# Just trying to figure out my sidings



## BNSF Fan (Feb 27, 2010)

Just want to see what they look like to you. There is a plan A and a plan B at the moment. This location will be a sparsely populated area with a few buildings. The sidings for my purposes will be for storing rail cars, mainly so I don't have to put extras away, maybe they can be picked up when needed, or maybe some are waiting to go on to someplace else. It also gives me an opportunity to run a switcher around in there. So does it look it like a reasonable set-up? Thanks.


----------



## tjcruiser (Jan 10, 2010)

My only suggestion is to avoid quick left-to-right (or reverse) turns as you enter the siding in the top of your photo.

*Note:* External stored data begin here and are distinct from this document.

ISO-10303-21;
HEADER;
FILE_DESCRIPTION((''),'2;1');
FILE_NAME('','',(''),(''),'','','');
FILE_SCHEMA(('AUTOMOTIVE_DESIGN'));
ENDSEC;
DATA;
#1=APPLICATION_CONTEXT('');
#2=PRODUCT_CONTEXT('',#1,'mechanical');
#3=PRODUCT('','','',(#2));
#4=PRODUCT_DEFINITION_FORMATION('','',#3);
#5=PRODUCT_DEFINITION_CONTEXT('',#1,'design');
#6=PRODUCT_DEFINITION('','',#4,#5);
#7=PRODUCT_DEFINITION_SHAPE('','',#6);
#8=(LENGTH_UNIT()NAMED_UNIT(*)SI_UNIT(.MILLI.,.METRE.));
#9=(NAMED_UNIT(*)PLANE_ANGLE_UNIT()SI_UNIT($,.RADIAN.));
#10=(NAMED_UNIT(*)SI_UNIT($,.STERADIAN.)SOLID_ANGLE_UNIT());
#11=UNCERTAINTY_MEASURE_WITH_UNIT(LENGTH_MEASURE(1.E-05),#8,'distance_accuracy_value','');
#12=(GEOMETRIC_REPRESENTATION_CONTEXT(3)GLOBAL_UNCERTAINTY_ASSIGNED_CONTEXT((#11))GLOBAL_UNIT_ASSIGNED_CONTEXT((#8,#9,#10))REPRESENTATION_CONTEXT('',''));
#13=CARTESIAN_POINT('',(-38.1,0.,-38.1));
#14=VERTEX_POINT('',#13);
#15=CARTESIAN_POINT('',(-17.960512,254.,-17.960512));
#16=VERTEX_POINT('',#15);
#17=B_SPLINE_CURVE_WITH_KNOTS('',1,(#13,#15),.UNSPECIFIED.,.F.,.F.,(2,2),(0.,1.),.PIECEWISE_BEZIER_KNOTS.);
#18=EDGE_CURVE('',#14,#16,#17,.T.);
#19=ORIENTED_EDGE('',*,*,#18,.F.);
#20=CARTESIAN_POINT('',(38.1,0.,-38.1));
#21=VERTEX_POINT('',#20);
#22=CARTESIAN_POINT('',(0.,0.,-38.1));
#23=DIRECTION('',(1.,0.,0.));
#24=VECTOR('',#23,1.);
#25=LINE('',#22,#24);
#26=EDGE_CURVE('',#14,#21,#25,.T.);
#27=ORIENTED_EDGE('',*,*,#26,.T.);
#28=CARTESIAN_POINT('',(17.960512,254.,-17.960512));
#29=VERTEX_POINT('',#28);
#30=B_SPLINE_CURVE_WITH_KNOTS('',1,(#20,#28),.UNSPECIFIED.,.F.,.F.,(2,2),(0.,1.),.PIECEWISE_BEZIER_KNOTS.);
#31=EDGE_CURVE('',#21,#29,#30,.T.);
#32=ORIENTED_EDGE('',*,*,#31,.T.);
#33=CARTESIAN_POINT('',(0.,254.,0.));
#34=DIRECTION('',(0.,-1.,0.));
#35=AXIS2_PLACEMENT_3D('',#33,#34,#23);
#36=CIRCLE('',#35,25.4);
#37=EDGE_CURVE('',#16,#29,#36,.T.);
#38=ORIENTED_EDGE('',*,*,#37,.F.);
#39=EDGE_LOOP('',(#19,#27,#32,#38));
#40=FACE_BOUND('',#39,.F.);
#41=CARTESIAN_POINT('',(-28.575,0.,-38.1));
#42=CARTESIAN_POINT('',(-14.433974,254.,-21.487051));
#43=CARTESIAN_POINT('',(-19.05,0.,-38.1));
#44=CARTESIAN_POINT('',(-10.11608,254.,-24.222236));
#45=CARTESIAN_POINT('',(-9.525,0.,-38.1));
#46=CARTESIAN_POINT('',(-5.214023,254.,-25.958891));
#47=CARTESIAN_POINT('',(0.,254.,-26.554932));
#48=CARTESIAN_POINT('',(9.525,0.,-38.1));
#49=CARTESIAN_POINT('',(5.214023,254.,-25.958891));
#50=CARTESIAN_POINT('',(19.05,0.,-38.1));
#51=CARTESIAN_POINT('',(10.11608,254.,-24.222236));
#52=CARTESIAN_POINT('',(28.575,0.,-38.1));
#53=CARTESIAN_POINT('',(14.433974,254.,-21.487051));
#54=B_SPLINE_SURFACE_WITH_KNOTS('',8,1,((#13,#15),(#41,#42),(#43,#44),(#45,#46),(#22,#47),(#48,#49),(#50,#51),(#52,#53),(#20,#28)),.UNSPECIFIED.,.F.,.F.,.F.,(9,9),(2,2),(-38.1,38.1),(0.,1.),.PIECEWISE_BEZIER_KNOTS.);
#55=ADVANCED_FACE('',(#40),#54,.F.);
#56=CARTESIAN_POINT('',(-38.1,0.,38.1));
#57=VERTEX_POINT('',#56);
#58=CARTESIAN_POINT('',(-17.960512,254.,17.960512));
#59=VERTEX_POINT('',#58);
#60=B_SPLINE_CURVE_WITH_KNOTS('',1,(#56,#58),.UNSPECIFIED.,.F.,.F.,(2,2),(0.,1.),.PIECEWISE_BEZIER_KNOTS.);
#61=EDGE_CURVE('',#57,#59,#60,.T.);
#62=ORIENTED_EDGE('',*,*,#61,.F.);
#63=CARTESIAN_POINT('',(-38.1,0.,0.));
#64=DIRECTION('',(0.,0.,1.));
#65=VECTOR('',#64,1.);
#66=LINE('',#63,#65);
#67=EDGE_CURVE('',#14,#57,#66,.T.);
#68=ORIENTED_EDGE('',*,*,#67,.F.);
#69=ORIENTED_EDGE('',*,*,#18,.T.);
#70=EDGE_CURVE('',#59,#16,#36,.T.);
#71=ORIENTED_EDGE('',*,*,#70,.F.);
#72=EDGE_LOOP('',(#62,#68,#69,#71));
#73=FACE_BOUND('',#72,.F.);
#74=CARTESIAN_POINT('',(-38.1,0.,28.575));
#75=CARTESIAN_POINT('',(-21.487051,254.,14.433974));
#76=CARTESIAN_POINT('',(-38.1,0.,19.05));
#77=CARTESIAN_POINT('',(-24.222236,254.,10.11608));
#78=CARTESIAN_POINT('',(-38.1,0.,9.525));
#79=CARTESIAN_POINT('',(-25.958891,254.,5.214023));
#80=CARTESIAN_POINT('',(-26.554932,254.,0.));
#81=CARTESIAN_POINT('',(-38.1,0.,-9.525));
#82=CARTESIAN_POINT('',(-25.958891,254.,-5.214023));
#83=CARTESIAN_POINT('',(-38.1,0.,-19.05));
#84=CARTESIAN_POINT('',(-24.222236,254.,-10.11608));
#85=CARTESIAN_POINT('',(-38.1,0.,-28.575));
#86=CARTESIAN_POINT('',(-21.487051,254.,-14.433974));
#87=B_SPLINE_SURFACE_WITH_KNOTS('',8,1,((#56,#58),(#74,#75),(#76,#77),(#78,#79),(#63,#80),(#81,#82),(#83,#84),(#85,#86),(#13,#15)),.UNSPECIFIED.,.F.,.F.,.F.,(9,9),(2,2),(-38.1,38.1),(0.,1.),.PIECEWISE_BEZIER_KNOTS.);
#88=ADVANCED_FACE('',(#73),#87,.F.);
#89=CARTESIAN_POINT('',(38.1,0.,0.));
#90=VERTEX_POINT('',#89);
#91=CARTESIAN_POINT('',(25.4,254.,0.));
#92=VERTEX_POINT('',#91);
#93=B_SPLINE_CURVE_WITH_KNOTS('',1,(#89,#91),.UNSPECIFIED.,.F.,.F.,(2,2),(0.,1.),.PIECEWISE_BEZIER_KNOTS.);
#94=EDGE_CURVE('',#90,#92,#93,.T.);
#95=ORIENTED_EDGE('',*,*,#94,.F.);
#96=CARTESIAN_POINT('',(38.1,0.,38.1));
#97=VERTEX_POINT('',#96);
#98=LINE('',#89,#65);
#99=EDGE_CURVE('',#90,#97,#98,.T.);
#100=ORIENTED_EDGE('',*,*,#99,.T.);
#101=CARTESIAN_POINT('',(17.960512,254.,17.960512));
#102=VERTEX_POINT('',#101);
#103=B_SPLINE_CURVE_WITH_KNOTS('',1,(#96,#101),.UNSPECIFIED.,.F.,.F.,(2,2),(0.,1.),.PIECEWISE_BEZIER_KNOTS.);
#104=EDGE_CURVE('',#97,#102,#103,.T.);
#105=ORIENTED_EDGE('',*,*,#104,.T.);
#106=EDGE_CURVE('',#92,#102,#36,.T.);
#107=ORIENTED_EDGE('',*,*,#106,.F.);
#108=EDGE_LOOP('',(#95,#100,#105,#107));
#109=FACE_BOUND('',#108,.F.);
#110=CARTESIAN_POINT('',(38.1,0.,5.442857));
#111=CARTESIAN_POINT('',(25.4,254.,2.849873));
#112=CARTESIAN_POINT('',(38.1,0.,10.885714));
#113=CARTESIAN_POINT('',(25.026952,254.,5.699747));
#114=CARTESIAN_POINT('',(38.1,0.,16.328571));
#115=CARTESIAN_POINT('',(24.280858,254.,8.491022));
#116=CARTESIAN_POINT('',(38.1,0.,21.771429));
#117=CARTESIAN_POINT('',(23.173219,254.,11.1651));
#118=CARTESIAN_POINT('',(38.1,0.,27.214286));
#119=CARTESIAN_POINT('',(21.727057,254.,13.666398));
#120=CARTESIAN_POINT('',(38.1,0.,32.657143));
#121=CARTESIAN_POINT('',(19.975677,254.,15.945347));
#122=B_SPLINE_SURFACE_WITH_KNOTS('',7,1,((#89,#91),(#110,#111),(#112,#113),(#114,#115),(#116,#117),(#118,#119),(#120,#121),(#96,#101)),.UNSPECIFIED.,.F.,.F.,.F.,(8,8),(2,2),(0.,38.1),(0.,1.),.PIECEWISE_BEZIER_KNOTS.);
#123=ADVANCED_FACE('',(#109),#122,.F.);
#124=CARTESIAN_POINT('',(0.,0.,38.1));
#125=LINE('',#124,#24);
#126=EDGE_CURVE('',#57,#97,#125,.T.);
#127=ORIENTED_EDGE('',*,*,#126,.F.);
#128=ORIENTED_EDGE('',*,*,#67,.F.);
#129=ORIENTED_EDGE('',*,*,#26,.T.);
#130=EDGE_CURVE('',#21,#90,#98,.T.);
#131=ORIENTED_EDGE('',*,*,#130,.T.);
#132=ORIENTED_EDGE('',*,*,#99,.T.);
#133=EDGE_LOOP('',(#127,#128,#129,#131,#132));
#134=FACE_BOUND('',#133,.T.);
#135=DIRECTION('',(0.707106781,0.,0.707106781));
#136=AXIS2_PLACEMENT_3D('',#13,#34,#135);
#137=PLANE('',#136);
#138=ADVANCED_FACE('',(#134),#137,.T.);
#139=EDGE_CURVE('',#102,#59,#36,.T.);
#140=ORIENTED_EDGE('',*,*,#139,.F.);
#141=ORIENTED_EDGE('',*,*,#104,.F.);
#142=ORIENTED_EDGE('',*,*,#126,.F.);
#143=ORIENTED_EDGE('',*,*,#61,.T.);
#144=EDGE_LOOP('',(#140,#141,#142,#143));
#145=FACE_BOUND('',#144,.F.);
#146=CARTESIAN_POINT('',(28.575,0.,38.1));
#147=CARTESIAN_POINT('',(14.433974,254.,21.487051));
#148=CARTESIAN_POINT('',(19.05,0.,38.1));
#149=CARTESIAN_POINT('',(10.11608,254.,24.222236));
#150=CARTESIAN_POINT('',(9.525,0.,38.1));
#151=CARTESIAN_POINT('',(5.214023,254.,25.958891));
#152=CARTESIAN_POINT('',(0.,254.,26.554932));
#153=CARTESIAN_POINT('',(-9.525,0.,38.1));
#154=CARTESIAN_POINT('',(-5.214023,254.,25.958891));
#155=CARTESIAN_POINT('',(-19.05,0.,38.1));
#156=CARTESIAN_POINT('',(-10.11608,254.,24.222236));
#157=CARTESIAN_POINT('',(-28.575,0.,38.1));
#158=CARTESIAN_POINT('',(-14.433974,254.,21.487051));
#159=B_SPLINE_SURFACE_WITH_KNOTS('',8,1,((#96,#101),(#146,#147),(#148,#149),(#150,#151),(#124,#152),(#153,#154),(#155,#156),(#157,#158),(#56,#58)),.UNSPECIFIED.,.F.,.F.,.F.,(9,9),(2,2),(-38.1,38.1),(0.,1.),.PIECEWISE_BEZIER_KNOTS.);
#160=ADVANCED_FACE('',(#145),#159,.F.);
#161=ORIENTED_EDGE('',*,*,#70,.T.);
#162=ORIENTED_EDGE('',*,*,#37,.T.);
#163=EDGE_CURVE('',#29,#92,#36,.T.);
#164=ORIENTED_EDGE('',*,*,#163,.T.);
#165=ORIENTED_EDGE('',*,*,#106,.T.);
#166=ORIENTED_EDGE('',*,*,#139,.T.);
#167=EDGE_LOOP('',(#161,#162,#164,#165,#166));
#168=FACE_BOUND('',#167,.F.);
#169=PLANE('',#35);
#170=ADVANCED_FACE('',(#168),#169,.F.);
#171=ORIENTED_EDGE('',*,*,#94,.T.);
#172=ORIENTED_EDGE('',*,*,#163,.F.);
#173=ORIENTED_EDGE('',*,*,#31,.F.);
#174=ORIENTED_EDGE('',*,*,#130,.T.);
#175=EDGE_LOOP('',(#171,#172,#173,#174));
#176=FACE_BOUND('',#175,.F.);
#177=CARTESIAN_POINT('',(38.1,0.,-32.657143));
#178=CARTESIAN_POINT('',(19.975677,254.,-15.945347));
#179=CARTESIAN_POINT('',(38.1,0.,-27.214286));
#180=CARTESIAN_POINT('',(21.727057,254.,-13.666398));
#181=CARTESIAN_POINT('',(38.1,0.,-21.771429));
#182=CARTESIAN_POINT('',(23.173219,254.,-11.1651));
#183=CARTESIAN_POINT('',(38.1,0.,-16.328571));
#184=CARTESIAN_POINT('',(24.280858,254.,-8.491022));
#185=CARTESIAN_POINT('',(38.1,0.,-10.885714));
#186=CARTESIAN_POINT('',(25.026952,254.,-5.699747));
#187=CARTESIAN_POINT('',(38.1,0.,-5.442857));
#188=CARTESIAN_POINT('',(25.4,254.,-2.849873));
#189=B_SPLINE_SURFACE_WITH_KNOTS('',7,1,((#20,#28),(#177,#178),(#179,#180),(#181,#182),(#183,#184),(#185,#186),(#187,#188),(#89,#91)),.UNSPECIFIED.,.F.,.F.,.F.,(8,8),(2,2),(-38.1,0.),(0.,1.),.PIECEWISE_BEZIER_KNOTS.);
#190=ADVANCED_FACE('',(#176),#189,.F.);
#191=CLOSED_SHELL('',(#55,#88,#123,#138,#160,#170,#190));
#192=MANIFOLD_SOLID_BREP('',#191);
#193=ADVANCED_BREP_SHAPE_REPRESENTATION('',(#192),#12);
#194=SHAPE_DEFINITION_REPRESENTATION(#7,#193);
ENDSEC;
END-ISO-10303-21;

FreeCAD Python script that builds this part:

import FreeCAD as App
import Part
import Sketcher
Q = App.Units.Quantity

doc = App.newDocument("Part")
body = doc.addObject("PartDesign::Body", "Body")

sketch1 = body.newObject("Sketcher::SketchObject", "Sketch")
sketch1.AttachmentSupport = (doc.getObject("XZ_Plane"), [""])
sketch1.MapMode = "FlatFace"
sketch1.addGeometry([
    Part.LineSegment(App.Vector(-38, 38, 0), App.Vector(-38, -38, 0)),
    Part.LineSegment(App.Vector(-38, -38, 0), App.Vector(38, -38, 0)),
    Part.LineSegment(App.Vector(38, -38, 0), App.Vector(38, 38, 0)),
    Part.LineSegment(App.Vector(38, 38, 0), App.Vector(-38, 38, 0)),
], False)
sketch1.addConstraint([
    Sketcher.Constraint("Coincident", 0, 2, 1, 1),
    Sketcher.Constraint("Coincident", 1, 2, 2, 1),
    Sketcher.Constraint("Coincident", 2, 2, 3, 1),
    Sketcher.Constraint("Coincident", 3, 2, 0, 1),
    Sketcher.Constraint("Vertical", 0),
    Sketcher.Constraint("Horizontal", 1),
    Sketcher.Constraint("Vertical", 2),
    Sketcher.Constraint("Horizontal", 3),
    Sketcher.Constraint("Symmetric", 0, 2, 2, 2, -1, 1),
    Sketcher.Constraint("Equal", 3, 0),
    Sketcher.Constraint("DistanceX", 1, 1, 1, 2, Q("3 in")),
])

sketch2 = body.newObject("Sketcher::SketchObject", "Sketch001")
sketch2.AttachmentSupport = (doc.getObject("XZ_Plane"), [""])
sketch2.MapMode = "FlatFace"
sketch2.AttachmentOffset = App.Placement(App.Vector(0, 0, -10 * 25.4), App.Rotation())
sketch2.addGeometry(Part.Circle(App.Vector(0, 0, 0), App.Vector(0, 0, 1), 25), False)
sketch2.addConstraint([
    Sketcher.Constraint("Coincident", 0, 3, -1, 1),
    Sketcher.Constraint("Diameter", 0, Q("2 in")),
])

additiveloft = body.newObject("PartDesign::AdditiveLoft", "AdditiveLoft")
additiveloft.Profile = sketch1
additiveloft.Sections = [sketch2]

doc.recompute()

Locos and cars really don't like the wobble-effect created from that. If at all possible, add a straight section between such transitions to soften the change of direction.

TJ


----------



## Reckers (Oct 11, 2009)

I had the same thought. Perhaps you could shorten the straight lengths of your sidings by a length of track and add that length between the turnouts at the top? It's a nice arrangement, but if you have to slow to a crawl to navigate those turnouts, it's gonna be frustrating.


----------



## tankist (Jun 11, 2009)

or use a left hand instead turnout of the right hand up on top


----------



## Reckers (Oct 11, 2009)

Anton, how's your layout coming? Is it too hot to work on it?


----------